Figure 3UBE2O reduces BMAL1 stability by promoting its ubiquitination.A, UBE2O reduces BMAL1 stability. pcDNA3.1 or SF-UBE2O plasmid was cotransfected with the FLAG-BMAL1 plasmid into HEK293T cells using PEI transfection reagent and split into four plates 12 h after transfection. At 48 h post-transfection, cells were treated with CHX (200 μg/ml) for the indicated time. Cell lysates were immunoblotted for FLAG and β-tubulin. S.E., short exposure; L.E., long exposure for FLAG-BMAL1. B, densitometric quantification of Western blotting images from three biological replicates of A. Two-way ANOVA was used to calculate the p value, and mean ± S.D. (error bars) values are shown. ***, p < 0.001. C, proteasomal inhibition rescues the BMAL1 protein level reduced by UBE2O expression. pcDNA3.1 or Myc-UBE2O plasmid was transfected into HEK293T cells using PEI transfection reagent. At 48 h post-transfection, cells were treated with DMSO or MG132 (10 μm for 12 h), respectively, and lysed. Cell lysates were immunoblotted with the indicated antibodies. Student's t test was used to calculate the p values for data from three biological replicates, and mean ± S.D. values are depicted in the bar graph. *, p < 0.05; **, p < 0.01 compared with the first bar (transfected with pcDNA3.1 empty vector and treated with DMSO); ns, not significant. D, UBE2O promotes BMAL1 ubiquitination. pcDNA3.1 or Myc-UBE2O plasmid was cotransfected with the FLAG-BMAL1 plasmid into HEK293T cells using PEI transfection reagent. At 48 h post-transfection, cells were treated with MG132 (10 μm for 12 h) and lysed. FLAG-BMAL1 was immunoprecipitated with FLAG M2 affinity gel. The immunoprecipitates and cell lysates were immunoblotted for the indicated antibodies.
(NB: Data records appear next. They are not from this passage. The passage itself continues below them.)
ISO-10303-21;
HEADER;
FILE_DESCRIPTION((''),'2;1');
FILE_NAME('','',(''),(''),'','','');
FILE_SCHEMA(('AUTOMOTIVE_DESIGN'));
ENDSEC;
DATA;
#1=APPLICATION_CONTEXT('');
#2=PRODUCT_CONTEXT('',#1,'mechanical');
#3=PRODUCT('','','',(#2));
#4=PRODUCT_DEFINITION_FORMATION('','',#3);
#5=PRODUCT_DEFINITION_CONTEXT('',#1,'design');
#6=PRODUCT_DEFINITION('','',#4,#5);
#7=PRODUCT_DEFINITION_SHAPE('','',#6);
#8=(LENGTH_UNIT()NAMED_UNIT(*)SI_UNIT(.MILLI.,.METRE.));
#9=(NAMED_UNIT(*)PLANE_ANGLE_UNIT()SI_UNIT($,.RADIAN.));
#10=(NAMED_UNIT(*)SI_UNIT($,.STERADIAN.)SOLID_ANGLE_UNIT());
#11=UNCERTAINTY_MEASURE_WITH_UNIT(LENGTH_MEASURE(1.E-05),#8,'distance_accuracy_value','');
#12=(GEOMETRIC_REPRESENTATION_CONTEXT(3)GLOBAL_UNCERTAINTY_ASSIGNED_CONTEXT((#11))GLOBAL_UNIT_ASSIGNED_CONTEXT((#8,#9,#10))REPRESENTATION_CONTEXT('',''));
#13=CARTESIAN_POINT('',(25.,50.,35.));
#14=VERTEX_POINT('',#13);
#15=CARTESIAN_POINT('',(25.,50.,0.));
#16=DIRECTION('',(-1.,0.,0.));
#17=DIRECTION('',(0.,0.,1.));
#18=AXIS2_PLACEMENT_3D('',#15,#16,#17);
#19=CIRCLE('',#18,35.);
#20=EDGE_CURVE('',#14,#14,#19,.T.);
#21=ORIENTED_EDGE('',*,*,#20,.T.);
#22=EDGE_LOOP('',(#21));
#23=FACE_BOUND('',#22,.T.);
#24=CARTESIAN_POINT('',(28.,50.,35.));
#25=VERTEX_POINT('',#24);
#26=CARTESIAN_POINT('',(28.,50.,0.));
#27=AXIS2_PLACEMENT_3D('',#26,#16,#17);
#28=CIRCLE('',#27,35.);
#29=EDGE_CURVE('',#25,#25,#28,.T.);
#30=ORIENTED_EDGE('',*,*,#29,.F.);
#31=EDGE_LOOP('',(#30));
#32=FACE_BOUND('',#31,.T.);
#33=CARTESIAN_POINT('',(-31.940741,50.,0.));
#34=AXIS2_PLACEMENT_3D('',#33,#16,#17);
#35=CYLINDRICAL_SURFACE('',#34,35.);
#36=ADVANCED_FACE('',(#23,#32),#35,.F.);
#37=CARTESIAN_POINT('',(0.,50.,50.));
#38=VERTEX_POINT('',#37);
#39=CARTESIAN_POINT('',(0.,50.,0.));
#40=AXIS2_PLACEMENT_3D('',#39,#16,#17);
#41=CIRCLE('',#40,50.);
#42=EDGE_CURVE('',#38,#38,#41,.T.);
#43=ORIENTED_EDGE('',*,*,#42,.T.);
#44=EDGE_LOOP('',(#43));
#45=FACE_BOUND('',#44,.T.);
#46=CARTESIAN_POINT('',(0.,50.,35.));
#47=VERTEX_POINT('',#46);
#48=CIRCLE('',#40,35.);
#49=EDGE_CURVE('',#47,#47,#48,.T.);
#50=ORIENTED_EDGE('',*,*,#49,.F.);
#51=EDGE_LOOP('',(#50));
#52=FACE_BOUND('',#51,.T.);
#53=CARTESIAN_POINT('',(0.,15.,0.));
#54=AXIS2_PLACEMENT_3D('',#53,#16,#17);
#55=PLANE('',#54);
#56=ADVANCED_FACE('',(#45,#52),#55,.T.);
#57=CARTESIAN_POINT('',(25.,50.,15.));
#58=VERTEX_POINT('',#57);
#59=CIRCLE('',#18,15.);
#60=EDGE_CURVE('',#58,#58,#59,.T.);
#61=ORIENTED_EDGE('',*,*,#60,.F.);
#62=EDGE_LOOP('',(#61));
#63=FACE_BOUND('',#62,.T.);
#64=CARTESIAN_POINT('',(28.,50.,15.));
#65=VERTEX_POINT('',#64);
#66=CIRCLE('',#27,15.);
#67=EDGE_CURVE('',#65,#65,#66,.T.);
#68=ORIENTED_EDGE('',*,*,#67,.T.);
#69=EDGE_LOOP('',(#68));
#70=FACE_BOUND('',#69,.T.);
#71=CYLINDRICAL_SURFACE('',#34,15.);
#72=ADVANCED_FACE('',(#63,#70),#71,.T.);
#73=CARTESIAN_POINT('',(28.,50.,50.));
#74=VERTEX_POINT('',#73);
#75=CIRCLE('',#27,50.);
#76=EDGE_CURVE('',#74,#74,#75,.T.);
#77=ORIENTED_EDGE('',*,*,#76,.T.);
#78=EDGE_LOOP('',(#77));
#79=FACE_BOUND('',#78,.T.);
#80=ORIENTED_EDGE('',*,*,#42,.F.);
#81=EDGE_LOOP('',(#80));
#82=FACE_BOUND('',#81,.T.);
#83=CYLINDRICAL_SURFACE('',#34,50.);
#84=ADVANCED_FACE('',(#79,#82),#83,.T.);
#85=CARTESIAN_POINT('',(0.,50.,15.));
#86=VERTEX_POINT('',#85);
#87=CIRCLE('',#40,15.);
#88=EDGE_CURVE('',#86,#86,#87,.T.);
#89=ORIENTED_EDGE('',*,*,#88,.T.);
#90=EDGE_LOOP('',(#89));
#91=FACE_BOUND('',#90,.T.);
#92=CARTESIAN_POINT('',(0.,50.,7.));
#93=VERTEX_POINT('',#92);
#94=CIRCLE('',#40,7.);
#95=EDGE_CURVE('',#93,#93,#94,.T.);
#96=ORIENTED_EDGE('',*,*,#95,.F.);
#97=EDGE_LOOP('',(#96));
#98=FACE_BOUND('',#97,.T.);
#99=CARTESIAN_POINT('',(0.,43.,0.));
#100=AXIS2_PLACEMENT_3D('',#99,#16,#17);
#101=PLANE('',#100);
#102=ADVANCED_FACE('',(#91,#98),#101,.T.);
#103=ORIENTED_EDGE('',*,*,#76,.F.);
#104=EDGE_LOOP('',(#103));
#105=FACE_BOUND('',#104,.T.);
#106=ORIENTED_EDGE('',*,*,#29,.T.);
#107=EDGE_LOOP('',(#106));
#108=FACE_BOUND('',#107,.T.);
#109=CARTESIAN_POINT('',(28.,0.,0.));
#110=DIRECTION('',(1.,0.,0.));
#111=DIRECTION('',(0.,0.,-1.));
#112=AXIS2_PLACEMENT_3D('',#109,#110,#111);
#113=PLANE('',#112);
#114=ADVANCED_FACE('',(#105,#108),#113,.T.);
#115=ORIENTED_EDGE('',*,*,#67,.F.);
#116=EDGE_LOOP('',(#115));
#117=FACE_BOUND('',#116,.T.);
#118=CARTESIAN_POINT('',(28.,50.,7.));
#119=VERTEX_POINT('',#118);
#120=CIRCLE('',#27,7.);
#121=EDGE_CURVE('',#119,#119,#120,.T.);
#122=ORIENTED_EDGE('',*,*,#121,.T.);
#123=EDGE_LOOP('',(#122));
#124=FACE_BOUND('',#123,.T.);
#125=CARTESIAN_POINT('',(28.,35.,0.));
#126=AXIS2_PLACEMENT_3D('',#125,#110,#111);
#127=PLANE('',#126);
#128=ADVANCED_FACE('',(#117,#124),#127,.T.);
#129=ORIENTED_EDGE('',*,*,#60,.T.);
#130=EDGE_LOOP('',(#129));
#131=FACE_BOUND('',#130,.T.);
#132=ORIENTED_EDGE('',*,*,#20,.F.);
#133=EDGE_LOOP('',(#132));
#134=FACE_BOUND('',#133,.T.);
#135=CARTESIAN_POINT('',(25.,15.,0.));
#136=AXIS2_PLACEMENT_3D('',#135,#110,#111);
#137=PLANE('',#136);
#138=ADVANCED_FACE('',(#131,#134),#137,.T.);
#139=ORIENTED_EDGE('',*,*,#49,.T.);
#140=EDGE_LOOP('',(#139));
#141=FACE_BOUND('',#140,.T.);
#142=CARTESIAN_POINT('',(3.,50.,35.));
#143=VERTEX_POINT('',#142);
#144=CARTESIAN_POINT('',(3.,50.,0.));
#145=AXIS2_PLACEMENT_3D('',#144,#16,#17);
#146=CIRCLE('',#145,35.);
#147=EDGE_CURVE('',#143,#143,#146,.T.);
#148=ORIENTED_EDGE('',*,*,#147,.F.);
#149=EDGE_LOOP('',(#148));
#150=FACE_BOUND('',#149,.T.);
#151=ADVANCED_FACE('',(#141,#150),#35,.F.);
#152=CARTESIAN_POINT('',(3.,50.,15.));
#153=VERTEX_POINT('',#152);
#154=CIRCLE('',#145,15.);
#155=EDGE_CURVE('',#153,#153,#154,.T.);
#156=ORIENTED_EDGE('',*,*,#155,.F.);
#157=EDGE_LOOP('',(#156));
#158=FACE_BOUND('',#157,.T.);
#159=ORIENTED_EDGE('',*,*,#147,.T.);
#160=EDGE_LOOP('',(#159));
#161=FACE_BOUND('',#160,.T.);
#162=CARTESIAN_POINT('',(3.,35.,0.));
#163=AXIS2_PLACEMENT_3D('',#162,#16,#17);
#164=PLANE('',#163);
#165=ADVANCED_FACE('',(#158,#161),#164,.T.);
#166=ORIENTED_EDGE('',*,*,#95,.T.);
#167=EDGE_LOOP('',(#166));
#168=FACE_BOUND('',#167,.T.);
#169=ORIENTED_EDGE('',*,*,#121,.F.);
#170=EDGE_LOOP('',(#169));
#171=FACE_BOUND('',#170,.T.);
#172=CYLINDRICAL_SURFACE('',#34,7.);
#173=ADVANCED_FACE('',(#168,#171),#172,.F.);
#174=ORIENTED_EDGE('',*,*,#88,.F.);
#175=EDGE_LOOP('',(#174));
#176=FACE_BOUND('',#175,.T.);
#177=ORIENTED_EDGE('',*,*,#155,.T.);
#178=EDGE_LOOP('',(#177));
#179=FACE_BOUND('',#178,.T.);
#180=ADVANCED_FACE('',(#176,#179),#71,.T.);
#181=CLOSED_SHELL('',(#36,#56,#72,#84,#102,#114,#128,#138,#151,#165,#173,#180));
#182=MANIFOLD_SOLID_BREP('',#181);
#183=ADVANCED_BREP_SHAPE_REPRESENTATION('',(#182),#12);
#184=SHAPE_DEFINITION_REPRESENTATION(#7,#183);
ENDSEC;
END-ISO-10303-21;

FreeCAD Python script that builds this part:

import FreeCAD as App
import Part
import Sketcher

doc = App.newDocument("Part")
params = doc.addObject("Spreadsheet::Sheet", "Params")
for row, (alias, value) in enumerate([
    ("sketch1_width", "28 mm"),
    ("sketch1_width2", "3 mm"),
    ("sketch1_height", "15 mm"),
    ("sketch1_height2", "20 mm"),
    ("sketch1_height3", "8 mm"),
    ("revolution_angle", "360 deg"),
], start=1):
    params.set(f"A{row}", alias)
    params.set(f"B{row}", "=" + value)
    params.setAlias(f"B{row}", alias)

body = doc.addObject("PartDesign::Body", "Body")

# Sketch on XY plane
sketch1 = body.newObject("Sketcher::SketchObject", "Sketch")
sketch1.AttachmentSupport = (doc.getObject("XY_Plane"), [""])
sketch1.MapMode = "FlatFace"
sketch1.addGeometry(Part.LineSegment(App.Vector(0, 0, 0), App.Vector(28, 0, 0)), False)
sketch1.addGeometry(Part.LineSegment(App.Vector(28, 0, 0), App.Vector(28, 15, 0)), False)
sketch1.addGeometry(Part.LineSegment(App.Vector(28, 15, 0), App.Vector(25, 15, 0)), False)
sketch1.addGeometry(Part.LineSegment(App.Vector(25, 15, 0), App.Vector(25, 35, 0)), False)
sketch1.addGeometry(Part.LineSegment(App.Vector(25, 35, 0), App.Vector(28, 35, 0)), False)
sketch1.addGeometry(Part.LineSegment(App.Vector(28, 35, 0), App.Vector(28, 43, 0)), False)
sketch1.addGeometry(Part.LineSegment(App.Vector(28, 43, 0), App.Vector(0, 43, 0)), False)
sketch1.addGeometry(Part.LineSegment(App.Vector(0, 43, 0), App.Vector(0, 35, 0)), False)
sketch1.addGeometry(Part.LineSegment(App.Vector(0, 35, 0), App.Vector(3, 35, 0)), False)
sketch1.addGeometry(Part.LineSegment(App.Vector(3, 35, 0), App.Vector(3, 15, 0)), False)
sketch1.addGeometry(Part.LineSegment(App.Vector(3, 15, 0), App.Vector(0, 15, 0)), False)
sketch1.addGeometry(Part.LineSegment(App.Vector(0, 15, 0), App.Vector(0, 0, 0)), False)
sketch1.addGeometry(Part.LineSegment(App.Vector(0, 50, 0), App.Vector(28, 50, 0)), True)  # axis
sketch1.addConstraint(Sketcher.Constraint("Coincident", 0, 2, 1, 1))
sketch1.addConstraint(Sketcher.Constraint("Coincident", 1, 2, 2, 1))
sketch1.addConstraint(Sketcher.Constraint("Coincident", 2, 2, 3, 1))
sketch1.addConstraint(Sketcher.Constraint("Coincident", 3, 2, 4, 1))
sketch1.addConstraint(Sketcher.Constraint("Coincident", 4, 2, 5, 1))
sketch1.addConstraint(Sketcher.Constraint("Coincident", 5, 2, 6, 1))
sketch1.addConstraint(Sketcher.Constraint("Coincident", 6, 2, 7, 1))
sketch1.addConstraint(Sketcher.Constraint("Coincident", 7, 2, 8, 1))
sketch1.addConstraint(Sketcher.Constraint("Coincident", 8, 2, 9, 1))
sketch1.addConstraint(Sketcher.Constraint("Coincident", 9, 2, 10, 1))
sketch1.addConstraint(Sketcher.Constraint("Coincident", 10, 2, 11, 1))
sketch1.addConstraint(Sketcher.Constraint("Coincident", 11, 2, 0, 1))
sketch1.addConstraint(Sketcher.Constraint("Horizontal", 0))
sketch1.addConstraint(Sketcher.Constraint("Vertical", 1))
sketch1.addConstraint(Sketcher.Constraint("Horizontal", 2))
sketch1.addConstraint(Sketcher.Constraint("Vertical", 3))
sketch1.addConstraint(Sketcher.Constraint("Horizontal", 4))
sketch1.addConstraint(Sketcher.Constraint("Vertical", 5))
sketch1.addConstraint(Sketcher.Constraint("Horizontal", 6))
sketch1.addConstraint(Sketcher.Constraint("Vertical", 7))
sketch1.addConstraint(Sketcher.Constraint("Horizontal", 8))
sketch1.addConstraint(Sketcher.Constraint("Vertical", 9))
sketch1.addConstraint(Sketcher.Constraint("Horizontal", 10))
sketch1.addConstraint(Sketcher.Constraint("Vertical", 11))
sketch1.addConstraint(Sketcher.Constraint("Horizontal", 12))
sketch1.addConstraint(Sketcher.Constraint("Coincident", 11, 2, -1, 1))
sketch1.addConstraint(Sketcher.Constraint("PointOnObject", 6, 2, -2))
sketch1.addConstraint(Sketcher.Constraint("PointOnObject", 12, 1, -2))
sketch1.addConstraint(Sketcher.Constraint("Horizontal", 4, 2, 7, 2))
sketch1.addConstraint(Sketcher.Constraint("Horizontal", 2, 2, 9, 2))
sketch1.addConstraint(Sketcher.Constraint("Vertical", 1, 2, 4, 2))
sketch1.addConstraint(Sketcher.Constraint("Vertical", 5, 2, 12, 2))
sketch1.addConstraint(Sketcher.Constraint("Equal", 4, 8))
sketch1.addConstraint(Sketcher.Constraint("DistanceX", 0, 1, 0, 2, 28.0))
sketch1.addConstraint(Sketcher.Constraint("DistanceX", 2, 2, 2, 1, 3.0))
sketch1.addConstraint(Sketcher.Constraint("DistanceY", 1, 1, 1, 2, 15.0))
sketch1.addConstraint(Sketcher.Constraint("DistanceY", 3, 1, 3, 2, 20.0))
sketch1.addConstraint(Sketcher.Constraint("DistanceY", 5, 1, 5, 2, 8.0))
sketch1.addConstraint(Sketcher.Constraint("DistanceY", -1, 1, 12, 1, 50.0))
sketch1.setExpression("Constraints[33]", "Params.sketch1_width")
sketch1.setExpression("Constraints[34]", "Params.sketch1_width2")
sketch1.setExpression("Constraints[35]", "Params.sketch1_height")
sketch1.setExpression("Constraints[36]", "Params.sketch1_height2")
sketch1.setExpression("Constraints[37]", "Params.sketch1_height3")
revolution = body.newObject("PartDesign::Revolution", "Revolution")
revolution.Profile = sketch1
revolution.ReferenceAxis = (sketch1, ["Axis0"])
revolution.setExpression("Angle", "Params.revolution_angle")

doc.recompute()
Next, we examined the influence of proteasome inhibition on the BMAL1 protein level in the absence or presence of UBE2O. In the absence of proteasome inhibitor MG132, UBE2O reduced BMAL1 protein level, similarly as shown in Fig. 2A and Fig. S1. However, in the presence of MG132, the reduction in BMAL1 caused by UBE2O expression was completely abolished, and the BMAL1 protein level was returned to the level without UBE2O expression (Fig. 3C). Statistics from three biological replicates showed that BMAL1 protein level after MG132 treatment was significantly different from that in the absence of MG132, and MG132 eliminated the effect of UBE2O on the BMAL1 protein level. This result again suggests that the regulation of BMAL1 by UBE2O acts through the UPS.
To further validate this mechanism, we transfected FLAG-BMAL1 plasmid along with the control or Myc-UBE2O plasmid into HEK293T cells and treated the cells with MG132. Immunoprecipitation of BMAL1 and immunoblotting of ubiquitin revealed that BMAL1 ubiquitination was significantly increased upon UBE2O expression (Fig. 3D). These data indicate that UBE2O indeed reduces BMAL1 protein level through the UPS.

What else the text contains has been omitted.